What do you really mean by the above?

----------


## trabant

went there yesterday, we were at boat races at Laem Sing and could see the white chedi over the bridge
Chedi has been restored, still a work in progress as enough trees cut back to give a view back over LS, picnic tables, paved pathways
As for no one going there - told it is the location of ceremony every year (February) to commemorate the French departure. now it's better signposted and accessible, an easy detour 5min off main road if you're in the area

And monkeys, lots of em, we lost a bag of food to a cheeky little f-er. Chicken and rice, every monkey's favorite meal

from Laem Sing beach facing north-ish


view back towards Laem Sing


picnic table like something from the Flintsones


cannon left by the French


restored chedi



info
*Fort Phairi Phinat* 
Little remains of the old fort except stone stumps. The fort was built in 1834 in the reign of King Rama III to counter a Vietnamese naval threat. It was only in 1857 during a royal visit by King Rama IV that the fort was named Pom Phairi Phinat or Fort Phairi Phinat. 
This chedi was built in 1904 at Fort Phairi Phinat to celebrate the signing of the treaty for the French withdrawal from Chanthaburi. It was built on the site of an old chedi built earlier by the Governor of Trat. 
Appropriately the new chedi was named Chedi Issaraparb or the Freedom Chedi.
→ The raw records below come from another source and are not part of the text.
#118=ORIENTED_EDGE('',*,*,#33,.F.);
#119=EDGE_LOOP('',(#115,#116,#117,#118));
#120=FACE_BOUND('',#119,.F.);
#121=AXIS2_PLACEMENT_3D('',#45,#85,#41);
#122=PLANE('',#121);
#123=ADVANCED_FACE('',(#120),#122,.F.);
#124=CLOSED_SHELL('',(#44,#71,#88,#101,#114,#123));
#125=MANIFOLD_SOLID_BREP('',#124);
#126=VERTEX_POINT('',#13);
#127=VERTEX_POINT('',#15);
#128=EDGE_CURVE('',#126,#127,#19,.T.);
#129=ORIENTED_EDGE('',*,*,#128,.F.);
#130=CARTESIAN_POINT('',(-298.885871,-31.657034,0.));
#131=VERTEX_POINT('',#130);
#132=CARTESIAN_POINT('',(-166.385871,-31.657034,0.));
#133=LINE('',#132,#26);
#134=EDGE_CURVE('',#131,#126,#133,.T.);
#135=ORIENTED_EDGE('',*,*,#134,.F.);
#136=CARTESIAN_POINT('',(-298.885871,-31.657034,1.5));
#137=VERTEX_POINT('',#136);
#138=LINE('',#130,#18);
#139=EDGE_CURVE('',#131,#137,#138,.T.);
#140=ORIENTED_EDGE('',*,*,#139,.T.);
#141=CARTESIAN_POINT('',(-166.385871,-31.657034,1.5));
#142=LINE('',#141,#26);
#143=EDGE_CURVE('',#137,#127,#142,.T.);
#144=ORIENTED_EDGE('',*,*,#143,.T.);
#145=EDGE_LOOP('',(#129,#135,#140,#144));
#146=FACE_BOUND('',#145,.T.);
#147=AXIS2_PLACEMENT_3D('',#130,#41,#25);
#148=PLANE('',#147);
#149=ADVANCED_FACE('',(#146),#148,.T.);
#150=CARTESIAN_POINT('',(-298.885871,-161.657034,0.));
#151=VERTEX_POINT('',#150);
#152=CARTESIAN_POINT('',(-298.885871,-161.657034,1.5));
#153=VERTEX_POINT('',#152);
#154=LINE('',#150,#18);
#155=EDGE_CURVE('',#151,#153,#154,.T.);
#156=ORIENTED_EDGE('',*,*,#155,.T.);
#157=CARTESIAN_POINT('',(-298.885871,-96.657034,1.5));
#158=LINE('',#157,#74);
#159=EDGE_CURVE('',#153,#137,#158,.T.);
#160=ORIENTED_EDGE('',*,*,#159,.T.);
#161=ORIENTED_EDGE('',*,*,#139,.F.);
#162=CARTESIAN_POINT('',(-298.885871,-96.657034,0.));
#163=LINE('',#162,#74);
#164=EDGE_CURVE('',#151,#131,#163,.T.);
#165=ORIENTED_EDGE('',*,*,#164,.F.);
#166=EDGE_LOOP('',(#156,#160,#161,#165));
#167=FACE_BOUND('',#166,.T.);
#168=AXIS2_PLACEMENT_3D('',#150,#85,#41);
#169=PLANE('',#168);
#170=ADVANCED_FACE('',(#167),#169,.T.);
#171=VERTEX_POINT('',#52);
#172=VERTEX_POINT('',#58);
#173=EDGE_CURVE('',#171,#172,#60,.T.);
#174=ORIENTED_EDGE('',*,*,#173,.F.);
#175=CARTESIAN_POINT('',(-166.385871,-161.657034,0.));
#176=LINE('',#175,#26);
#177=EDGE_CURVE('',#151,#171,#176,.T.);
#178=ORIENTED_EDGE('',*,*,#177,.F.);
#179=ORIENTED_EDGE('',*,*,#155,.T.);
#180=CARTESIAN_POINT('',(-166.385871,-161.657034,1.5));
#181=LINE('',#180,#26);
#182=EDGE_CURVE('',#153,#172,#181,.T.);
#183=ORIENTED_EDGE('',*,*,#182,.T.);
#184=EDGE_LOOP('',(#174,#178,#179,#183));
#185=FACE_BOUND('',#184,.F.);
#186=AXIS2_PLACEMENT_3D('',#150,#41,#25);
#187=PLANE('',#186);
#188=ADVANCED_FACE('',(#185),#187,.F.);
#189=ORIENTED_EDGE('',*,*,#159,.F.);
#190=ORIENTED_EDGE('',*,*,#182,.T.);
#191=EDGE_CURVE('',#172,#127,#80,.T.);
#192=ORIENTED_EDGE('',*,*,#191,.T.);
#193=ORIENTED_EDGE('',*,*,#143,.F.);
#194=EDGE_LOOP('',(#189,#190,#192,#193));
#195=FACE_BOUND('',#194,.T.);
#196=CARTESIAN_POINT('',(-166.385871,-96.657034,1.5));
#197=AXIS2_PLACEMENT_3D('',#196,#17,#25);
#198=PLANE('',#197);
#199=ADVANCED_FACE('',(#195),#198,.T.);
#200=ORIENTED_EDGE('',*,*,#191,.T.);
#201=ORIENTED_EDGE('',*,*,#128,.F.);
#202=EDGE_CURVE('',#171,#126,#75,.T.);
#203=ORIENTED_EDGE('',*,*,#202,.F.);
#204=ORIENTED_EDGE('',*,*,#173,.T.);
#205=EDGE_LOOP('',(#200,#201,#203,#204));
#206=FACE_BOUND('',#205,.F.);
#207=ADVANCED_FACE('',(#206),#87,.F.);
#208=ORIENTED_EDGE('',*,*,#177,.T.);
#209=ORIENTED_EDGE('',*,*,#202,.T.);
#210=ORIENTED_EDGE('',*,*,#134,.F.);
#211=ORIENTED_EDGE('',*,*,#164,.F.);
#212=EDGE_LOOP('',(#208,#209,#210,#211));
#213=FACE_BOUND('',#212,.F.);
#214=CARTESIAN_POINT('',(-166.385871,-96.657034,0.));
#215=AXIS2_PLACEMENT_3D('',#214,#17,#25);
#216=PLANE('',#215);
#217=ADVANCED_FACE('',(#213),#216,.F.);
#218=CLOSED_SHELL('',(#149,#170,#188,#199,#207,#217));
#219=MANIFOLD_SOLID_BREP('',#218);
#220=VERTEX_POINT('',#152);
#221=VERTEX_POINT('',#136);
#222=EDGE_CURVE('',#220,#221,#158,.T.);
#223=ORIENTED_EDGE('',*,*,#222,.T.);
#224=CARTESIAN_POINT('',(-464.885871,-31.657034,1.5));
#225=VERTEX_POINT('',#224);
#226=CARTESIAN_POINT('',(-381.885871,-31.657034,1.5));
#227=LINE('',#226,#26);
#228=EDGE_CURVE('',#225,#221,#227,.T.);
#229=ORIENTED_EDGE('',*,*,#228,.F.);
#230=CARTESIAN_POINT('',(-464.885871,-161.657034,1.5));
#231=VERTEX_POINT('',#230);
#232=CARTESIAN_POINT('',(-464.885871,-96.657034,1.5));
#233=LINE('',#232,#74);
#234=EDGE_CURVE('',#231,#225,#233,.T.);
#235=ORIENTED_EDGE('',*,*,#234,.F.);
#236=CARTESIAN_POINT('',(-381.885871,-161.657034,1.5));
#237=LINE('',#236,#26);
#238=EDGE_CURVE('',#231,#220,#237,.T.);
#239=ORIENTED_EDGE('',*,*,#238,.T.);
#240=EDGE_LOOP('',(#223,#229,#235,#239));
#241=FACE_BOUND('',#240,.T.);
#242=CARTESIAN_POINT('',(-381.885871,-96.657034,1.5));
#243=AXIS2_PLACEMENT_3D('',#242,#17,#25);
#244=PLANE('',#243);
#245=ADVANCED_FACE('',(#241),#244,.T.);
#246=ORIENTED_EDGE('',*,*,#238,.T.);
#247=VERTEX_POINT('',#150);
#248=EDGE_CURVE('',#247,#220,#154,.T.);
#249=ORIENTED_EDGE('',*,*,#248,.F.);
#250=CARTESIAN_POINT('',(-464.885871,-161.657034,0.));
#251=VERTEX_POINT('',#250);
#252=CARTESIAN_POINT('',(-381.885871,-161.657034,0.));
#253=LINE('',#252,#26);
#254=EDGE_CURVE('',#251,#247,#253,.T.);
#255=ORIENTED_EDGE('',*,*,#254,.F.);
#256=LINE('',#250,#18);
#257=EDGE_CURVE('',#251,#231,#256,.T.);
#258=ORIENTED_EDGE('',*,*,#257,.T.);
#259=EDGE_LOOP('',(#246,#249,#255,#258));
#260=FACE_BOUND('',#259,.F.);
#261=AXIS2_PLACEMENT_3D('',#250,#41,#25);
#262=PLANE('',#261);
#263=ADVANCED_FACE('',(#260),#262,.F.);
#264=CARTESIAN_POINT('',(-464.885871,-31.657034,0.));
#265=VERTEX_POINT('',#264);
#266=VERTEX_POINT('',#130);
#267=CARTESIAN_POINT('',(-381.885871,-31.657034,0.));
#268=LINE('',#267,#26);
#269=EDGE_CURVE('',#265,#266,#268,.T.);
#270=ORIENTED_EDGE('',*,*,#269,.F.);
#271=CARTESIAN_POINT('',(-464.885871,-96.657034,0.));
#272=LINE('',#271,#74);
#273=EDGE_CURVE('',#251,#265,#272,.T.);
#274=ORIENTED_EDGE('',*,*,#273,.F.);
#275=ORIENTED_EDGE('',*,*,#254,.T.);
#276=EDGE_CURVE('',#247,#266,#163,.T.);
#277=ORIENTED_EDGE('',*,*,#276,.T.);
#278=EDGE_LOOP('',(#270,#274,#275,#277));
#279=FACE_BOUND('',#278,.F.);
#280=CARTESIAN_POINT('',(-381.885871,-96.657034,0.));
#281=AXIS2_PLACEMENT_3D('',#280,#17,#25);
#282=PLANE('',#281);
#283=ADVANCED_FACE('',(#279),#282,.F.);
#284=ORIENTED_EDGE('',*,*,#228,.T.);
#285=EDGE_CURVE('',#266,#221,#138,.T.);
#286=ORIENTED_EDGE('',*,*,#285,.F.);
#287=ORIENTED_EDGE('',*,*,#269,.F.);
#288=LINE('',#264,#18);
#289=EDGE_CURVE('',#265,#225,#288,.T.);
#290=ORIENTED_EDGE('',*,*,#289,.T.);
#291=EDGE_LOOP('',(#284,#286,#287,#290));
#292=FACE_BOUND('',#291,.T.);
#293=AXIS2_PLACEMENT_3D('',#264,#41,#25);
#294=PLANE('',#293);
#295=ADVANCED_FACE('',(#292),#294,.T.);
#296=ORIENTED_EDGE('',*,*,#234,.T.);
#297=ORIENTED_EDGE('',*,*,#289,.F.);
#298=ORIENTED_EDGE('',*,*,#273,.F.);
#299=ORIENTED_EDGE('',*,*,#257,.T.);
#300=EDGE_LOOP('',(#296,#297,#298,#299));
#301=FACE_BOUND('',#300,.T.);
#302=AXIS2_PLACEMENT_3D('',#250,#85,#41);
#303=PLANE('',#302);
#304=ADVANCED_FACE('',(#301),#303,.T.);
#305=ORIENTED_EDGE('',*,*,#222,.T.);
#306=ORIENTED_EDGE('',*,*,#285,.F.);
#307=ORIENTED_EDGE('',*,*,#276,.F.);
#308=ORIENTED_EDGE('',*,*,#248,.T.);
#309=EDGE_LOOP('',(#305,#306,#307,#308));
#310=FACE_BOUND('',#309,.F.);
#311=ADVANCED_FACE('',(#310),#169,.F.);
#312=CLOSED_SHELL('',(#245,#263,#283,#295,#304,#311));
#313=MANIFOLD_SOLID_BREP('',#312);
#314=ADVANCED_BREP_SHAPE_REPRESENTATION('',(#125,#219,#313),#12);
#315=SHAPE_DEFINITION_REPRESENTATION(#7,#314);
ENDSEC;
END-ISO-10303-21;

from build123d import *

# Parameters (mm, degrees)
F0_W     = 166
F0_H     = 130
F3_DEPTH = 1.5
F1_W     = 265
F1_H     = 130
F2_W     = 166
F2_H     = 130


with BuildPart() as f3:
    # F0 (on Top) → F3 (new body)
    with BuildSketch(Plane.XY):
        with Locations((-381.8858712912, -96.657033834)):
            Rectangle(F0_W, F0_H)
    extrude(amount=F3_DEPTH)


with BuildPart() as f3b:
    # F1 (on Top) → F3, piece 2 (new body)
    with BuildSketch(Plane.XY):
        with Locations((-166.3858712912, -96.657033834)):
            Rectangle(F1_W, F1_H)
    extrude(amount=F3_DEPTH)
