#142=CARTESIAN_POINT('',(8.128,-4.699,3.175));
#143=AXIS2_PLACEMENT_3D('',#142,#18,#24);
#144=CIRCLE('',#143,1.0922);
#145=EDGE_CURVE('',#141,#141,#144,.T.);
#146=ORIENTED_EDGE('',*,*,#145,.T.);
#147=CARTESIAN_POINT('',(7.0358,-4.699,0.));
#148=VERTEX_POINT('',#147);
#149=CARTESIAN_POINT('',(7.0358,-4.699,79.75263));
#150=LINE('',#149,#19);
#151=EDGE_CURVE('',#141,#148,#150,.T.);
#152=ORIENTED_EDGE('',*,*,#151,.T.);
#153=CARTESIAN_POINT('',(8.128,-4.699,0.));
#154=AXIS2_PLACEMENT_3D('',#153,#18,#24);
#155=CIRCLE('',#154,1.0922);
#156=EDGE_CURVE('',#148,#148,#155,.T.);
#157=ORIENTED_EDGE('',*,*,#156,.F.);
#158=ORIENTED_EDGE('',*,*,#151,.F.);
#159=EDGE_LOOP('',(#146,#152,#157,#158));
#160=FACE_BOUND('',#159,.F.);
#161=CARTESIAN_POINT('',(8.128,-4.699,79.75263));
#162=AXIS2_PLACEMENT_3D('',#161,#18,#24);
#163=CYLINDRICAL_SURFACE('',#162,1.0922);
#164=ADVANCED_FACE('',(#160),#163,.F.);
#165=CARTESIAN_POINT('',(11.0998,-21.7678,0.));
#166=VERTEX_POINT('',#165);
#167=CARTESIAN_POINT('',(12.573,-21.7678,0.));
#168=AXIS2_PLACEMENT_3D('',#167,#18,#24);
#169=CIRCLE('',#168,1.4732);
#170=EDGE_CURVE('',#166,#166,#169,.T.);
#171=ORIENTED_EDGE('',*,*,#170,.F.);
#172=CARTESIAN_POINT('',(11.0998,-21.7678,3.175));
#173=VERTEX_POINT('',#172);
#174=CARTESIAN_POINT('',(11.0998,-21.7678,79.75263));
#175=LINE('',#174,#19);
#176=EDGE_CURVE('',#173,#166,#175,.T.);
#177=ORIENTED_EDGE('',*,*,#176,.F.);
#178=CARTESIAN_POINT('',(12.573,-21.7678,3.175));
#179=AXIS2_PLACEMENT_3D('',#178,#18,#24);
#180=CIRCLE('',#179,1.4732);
Despite the 1904 treaty, the French didn’t withdraw from Chanthaburi until 1906.

----------


## prawnograph

Changes since the pictures earlier in the thread. In February we went along for the annual commemoration of the end of French occupation of Chanthaburi in 1906, held at Laem Sing at the mouth of the Chanthaburi River. Roads are lined with the flags of old Siam and the Chedi Issaraparb “Freedom Chedi” at the site of Phairi Phinat the old fort has been tidied up for the occasion

Long-range pic from the bridge across the Chanthaburi River


Steps improved too, but careful of monkeys, warned against carrying any bags or food items


Chedi Issaraparb “Freedom Chedi” at Phairi Phinat


Roadside advertising

----------


## prawnograph

Cannon have been dug up




View Laem Sing town from Phairi Phinat

----------


## prawnograph

One-year later and we were back exploring the Laem Sing headland yesterday, the road beyond the fort has been concreted and a carpark built as Phairi Phinat getting some tourism recognition



Trees have been thinned, allowing better views over Laem Sing and the Chanthaburi River




Monkey cull or relocation? Previously at pest level, lying on the road,  climbing on cars at their roadblocks, chasing anything that may contain food - yesterday just four to be seen

----------


## prawnograph

Directly below Phairi Phinat is this boatyard; been tidied up recently and most of the wrecks have been removed

Note: beware of the dogs





We were here in 2010 and doesn't appear to have been any work on #622
On that occasion on foot, till the dogs woke up


May 2010

----------


## prawnograph

Past the boatyard, take a left on recently concreted road for about 1km, ends here, a memorial of sorts to old Siam and the French occupation

----------


## prawnograph

^ from here there's the option of taking the trail to the Laem Sing lighthouse; 38C and I opted out, instead I can provide this excellent drone pic courtesy of Richard Barrow, inspiration for another day

----------


## prawnograph

Back to the fork in the road, right, leads to Ao Krathing viewpoint with stairs leads to the beach below. Not a swimming beach, rocks, we've been snorkeling at the north end but wouldn't bother again

View from the top


Take the stairs


Our photogenic guide:

----------


## prawnograph

Ao Krathing






Almost stood on this, would really have ruined my day a nasty one, Malayan Pit Viper in sand under the trees

----------


## prawnograph

In Laem Sing, the French prison Khuk Khi Kai, and more recently, a full-scale replica built in Chanthaburi city on Tha Chalaep

1890s


2019

----------


## Klondyke

Any pictures from Suan Ban Kaew - Museum of Queen Rambhai Barni (wife of King Rama VII) in Chanthaburi?

----------


## Luigi

> Almost stood on this, would really have ruined my day a nasty one, Malayan Pit Viper in sand under the trees


 :Bigeyes:

----------


## Luigi

> the French prison Khuk Khi Kai


Interesting place.

The name comes from Old Matey being held at the bottom, then the chickens above them, thus they ended up showered in chicken shit every day.  :Smile:

----------


## prawnograph

> Any pictures from Suan Ban Kaew - Museum of Queen Rambhai Barni (wife of King Rama VII) in Chanthaburi?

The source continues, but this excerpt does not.